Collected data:
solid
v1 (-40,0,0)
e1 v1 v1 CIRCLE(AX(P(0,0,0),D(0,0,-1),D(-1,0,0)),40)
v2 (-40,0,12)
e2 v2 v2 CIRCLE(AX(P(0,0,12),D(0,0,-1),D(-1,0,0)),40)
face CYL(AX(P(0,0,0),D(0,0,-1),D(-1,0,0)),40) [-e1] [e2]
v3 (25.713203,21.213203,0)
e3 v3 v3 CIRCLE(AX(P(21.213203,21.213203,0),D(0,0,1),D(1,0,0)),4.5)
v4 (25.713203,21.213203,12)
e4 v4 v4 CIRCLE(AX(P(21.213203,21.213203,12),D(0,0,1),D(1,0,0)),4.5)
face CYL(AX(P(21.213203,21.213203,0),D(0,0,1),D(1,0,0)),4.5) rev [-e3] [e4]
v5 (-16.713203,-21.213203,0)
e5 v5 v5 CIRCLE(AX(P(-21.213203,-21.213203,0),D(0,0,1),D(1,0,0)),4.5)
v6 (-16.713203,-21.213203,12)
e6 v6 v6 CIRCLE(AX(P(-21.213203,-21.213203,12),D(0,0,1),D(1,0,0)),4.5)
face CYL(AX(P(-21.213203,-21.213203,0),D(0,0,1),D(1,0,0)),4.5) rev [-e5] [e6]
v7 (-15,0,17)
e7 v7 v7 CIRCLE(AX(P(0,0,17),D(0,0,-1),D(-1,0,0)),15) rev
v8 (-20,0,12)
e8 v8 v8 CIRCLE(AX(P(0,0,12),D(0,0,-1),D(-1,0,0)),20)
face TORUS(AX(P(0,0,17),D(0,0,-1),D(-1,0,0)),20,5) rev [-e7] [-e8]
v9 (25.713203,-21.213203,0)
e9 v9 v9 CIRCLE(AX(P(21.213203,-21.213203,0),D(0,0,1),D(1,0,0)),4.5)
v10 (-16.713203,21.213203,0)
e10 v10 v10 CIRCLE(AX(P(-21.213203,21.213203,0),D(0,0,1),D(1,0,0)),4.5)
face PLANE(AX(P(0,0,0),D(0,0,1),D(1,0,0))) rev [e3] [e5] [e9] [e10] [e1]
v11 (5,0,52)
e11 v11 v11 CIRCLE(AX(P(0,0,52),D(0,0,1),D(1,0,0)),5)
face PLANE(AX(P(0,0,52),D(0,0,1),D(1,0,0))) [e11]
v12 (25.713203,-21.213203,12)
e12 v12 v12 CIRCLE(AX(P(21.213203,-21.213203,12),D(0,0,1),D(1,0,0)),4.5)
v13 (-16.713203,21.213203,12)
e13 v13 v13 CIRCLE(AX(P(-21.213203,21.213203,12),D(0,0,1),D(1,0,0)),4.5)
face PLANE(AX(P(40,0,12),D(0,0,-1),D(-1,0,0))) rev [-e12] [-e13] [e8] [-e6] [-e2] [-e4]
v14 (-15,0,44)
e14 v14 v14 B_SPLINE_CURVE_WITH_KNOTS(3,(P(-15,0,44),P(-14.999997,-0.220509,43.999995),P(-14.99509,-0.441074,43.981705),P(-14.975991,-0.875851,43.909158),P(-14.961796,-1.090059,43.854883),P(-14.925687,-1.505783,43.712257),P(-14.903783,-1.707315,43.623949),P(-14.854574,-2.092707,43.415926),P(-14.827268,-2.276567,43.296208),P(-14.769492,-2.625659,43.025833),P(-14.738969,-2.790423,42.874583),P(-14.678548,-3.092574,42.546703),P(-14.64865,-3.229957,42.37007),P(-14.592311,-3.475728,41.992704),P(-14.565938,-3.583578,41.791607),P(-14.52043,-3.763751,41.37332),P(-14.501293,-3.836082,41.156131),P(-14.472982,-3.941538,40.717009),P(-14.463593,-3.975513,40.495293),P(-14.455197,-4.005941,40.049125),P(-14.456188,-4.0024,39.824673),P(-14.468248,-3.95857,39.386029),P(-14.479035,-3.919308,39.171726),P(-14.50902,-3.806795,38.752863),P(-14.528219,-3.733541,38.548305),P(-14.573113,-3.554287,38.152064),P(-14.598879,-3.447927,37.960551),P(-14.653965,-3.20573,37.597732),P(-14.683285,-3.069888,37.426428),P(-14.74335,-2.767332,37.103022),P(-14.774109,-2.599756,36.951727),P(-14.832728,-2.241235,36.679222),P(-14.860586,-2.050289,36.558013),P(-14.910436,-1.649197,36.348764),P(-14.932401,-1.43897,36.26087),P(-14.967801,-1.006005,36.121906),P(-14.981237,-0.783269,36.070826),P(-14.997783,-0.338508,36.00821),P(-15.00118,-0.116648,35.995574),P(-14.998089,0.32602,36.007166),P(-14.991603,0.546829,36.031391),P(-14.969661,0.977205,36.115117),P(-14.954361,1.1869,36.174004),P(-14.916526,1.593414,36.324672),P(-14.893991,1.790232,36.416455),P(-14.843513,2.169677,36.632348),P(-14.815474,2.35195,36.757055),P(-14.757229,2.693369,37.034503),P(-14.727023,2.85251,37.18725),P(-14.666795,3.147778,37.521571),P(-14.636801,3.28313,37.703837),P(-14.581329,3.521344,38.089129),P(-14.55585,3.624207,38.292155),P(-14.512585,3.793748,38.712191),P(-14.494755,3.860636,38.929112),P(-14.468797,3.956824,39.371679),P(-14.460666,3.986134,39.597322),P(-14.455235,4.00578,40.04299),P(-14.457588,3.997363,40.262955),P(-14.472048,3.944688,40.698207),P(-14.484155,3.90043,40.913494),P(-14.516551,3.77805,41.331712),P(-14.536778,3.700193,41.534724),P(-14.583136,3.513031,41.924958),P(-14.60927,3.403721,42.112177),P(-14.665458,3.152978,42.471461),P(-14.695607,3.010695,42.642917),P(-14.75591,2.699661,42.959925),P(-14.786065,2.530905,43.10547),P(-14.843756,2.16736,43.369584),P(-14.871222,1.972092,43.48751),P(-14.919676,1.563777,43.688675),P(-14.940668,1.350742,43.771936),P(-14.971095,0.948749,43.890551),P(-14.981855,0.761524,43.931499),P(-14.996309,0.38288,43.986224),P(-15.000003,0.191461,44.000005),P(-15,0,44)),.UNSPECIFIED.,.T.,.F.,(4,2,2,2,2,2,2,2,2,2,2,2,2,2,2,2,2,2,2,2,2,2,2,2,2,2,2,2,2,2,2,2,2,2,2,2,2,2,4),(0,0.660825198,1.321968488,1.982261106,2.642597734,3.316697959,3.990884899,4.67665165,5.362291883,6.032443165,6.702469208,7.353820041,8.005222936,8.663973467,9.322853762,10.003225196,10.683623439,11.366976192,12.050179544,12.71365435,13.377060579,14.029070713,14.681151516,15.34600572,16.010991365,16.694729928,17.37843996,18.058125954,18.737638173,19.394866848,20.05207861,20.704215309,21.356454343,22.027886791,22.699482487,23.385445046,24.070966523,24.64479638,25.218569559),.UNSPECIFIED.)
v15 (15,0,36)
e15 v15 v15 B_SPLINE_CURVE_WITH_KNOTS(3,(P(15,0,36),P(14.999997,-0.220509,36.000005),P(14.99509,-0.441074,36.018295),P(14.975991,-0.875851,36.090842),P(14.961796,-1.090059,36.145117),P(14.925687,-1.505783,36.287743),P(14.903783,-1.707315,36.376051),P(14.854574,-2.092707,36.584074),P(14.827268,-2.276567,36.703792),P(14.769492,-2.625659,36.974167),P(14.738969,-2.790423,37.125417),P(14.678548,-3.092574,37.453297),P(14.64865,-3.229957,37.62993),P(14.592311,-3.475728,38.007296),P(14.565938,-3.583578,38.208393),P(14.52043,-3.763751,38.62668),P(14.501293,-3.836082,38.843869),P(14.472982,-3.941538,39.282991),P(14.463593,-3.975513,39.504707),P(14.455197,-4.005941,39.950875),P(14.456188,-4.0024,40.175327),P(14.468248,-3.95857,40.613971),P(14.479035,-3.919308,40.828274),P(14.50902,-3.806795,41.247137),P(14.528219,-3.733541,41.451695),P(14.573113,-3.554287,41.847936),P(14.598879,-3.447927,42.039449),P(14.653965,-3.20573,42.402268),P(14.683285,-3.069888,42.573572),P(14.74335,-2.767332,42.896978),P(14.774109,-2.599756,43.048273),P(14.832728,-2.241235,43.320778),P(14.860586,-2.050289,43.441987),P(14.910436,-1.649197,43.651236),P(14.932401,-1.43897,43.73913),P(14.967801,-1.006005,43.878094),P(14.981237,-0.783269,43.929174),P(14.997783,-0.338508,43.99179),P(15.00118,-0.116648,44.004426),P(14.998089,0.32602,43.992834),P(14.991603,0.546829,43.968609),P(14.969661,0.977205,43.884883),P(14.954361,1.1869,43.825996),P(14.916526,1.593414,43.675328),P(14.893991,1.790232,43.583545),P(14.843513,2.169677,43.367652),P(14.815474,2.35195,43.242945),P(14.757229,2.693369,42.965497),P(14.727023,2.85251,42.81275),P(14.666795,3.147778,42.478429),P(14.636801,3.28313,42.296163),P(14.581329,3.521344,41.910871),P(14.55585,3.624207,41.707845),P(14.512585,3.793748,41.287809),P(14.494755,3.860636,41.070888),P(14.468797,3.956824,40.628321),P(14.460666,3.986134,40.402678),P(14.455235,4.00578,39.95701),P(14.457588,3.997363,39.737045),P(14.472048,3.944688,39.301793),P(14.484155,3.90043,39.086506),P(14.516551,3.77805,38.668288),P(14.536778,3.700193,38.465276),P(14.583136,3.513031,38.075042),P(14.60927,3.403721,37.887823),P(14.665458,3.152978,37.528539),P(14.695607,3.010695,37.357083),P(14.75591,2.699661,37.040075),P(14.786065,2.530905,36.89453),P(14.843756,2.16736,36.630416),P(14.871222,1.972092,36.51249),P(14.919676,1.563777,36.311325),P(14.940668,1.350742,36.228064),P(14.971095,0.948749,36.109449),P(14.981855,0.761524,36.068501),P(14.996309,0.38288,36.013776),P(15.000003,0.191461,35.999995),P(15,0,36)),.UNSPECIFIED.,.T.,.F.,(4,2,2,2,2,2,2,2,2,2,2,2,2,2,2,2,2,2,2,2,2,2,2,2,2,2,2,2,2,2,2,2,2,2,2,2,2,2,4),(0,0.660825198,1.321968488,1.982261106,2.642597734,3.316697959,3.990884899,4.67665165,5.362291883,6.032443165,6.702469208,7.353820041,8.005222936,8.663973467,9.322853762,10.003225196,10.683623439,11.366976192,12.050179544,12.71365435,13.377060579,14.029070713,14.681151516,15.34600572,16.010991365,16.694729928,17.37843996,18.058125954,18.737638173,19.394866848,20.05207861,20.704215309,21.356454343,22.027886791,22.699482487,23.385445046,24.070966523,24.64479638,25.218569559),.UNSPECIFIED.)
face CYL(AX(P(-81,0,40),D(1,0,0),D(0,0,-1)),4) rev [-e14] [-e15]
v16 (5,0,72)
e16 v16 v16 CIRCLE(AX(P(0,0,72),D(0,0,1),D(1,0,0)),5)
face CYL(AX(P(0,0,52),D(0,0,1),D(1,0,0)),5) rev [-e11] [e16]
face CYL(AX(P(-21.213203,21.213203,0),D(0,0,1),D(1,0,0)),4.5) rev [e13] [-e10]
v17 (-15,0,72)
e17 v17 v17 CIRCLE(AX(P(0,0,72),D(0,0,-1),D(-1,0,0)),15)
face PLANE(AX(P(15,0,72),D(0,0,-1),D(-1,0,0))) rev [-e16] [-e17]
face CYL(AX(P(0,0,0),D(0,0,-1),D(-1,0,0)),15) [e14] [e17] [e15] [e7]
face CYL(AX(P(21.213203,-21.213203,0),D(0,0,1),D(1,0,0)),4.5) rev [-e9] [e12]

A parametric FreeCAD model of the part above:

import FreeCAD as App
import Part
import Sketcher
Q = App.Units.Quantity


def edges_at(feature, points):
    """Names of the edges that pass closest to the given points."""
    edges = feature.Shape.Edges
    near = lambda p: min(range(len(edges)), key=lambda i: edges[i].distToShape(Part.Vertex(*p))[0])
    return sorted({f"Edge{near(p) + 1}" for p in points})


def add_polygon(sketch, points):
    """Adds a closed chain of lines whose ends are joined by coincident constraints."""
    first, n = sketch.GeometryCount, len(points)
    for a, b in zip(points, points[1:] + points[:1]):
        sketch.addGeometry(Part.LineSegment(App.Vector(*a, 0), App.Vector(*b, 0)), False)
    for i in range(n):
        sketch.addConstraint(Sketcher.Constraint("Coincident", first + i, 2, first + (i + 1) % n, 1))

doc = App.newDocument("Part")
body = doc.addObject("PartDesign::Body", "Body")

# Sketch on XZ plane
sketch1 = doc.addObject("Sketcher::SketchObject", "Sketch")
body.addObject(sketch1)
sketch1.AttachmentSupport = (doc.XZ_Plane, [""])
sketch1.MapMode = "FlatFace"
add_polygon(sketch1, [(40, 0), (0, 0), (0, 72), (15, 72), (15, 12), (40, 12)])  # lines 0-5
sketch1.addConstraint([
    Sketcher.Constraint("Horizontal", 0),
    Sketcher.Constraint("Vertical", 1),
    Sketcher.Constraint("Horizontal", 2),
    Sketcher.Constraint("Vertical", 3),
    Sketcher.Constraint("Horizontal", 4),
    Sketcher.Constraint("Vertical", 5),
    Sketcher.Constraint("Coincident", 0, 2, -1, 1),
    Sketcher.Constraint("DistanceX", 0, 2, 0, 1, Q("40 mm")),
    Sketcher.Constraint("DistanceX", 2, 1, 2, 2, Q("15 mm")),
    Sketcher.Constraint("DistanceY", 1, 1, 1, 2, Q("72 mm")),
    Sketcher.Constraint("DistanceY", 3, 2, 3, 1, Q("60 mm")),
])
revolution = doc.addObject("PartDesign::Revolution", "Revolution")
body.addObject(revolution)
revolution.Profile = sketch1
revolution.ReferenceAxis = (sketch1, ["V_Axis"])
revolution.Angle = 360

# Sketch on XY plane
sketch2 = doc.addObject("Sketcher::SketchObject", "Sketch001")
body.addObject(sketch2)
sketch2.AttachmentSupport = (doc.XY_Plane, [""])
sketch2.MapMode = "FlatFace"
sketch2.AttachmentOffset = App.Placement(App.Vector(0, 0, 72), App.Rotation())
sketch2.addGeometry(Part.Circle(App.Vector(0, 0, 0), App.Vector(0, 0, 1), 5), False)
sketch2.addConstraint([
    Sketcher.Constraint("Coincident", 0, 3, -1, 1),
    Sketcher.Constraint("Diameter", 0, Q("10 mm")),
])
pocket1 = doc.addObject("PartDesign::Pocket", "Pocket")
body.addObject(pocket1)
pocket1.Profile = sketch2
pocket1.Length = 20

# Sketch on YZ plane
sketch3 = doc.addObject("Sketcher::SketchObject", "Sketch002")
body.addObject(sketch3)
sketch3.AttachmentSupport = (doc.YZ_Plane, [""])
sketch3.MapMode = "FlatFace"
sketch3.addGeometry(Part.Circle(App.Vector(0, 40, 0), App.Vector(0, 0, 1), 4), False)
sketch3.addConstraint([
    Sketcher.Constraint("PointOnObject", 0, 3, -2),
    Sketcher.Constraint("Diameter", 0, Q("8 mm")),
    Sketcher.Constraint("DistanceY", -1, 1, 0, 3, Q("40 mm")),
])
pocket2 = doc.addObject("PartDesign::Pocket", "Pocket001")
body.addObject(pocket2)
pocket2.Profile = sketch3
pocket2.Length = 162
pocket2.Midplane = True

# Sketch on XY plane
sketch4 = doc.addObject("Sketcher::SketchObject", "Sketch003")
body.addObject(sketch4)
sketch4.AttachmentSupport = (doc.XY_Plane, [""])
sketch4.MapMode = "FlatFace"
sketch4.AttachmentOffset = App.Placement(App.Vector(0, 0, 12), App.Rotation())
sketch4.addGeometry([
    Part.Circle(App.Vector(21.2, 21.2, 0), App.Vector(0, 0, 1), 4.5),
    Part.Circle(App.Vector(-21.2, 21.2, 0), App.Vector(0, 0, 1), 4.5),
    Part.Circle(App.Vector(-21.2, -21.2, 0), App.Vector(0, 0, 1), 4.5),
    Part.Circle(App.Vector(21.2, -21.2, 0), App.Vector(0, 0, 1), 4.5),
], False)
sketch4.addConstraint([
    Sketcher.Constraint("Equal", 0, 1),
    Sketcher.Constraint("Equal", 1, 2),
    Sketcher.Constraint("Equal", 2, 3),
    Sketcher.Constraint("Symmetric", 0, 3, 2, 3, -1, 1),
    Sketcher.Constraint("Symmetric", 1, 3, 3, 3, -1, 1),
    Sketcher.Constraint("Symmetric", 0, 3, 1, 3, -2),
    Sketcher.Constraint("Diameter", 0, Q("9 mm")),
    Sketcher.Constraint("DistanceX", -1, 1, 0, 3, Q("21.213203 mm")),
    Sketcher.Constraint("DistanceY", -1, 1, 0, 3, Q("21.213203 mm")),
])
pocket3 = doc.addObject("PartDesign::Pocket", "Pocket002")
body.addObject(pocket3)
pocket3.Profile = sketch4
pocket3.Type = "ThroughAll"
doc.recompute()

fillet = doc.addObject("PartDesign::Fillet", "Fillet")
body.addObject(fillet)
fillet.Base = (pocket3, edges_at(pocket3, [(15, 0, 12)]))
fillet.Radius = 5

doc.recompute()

Task:
Your answer must consist solely of the lines above between the line holding "face CYL(AX(P(-81,0,40),D(1,0,0),D(0,0,-1)),4) rev" and the line holding "A parametric FreeCAD", inclusive, copied exactly.

Response area:
face CYL(AX(P(-81,0,40),D(1,0,0),D(0,0,-1)),4) rev [-e14] [-e15]
v16 (5,0,72)
e16 v16 v16 CIRCLE(AX(P(0,0,72),D(0,0,1),D(1,0,0)),5)
face CYL(AX(P(0,0,52),D(0,0,1),D(1,0,0)),5) rev [-e11] [e16]
face CYL(AX(P(-21.213203,21.213203,0),D(0,0,1),D(1,0,0)),4.5) rev [e13] [-e10]
v17 (-15,0,72)
e17 v17 v17 CIRCLE(AX(P(0,0,72),D(0,0,-1),D(-1,0,0)),15)
face PLANE(AX(P(15,0,72),D(0,0,-1),D(-1,0,0))) rev [-e16] [-e17]
face CYL(AX(P(0,0,0),D(0,0,-1),D(-1,0,0)),15) [e14] [e17] [e15] [e7]
face CYL(AX(P(21.213203,-21.213203,0),D(0,0,1),D(1,0,0)),4.5) rev [-e9] [e12]

A parametric FreeCAD model of the part above:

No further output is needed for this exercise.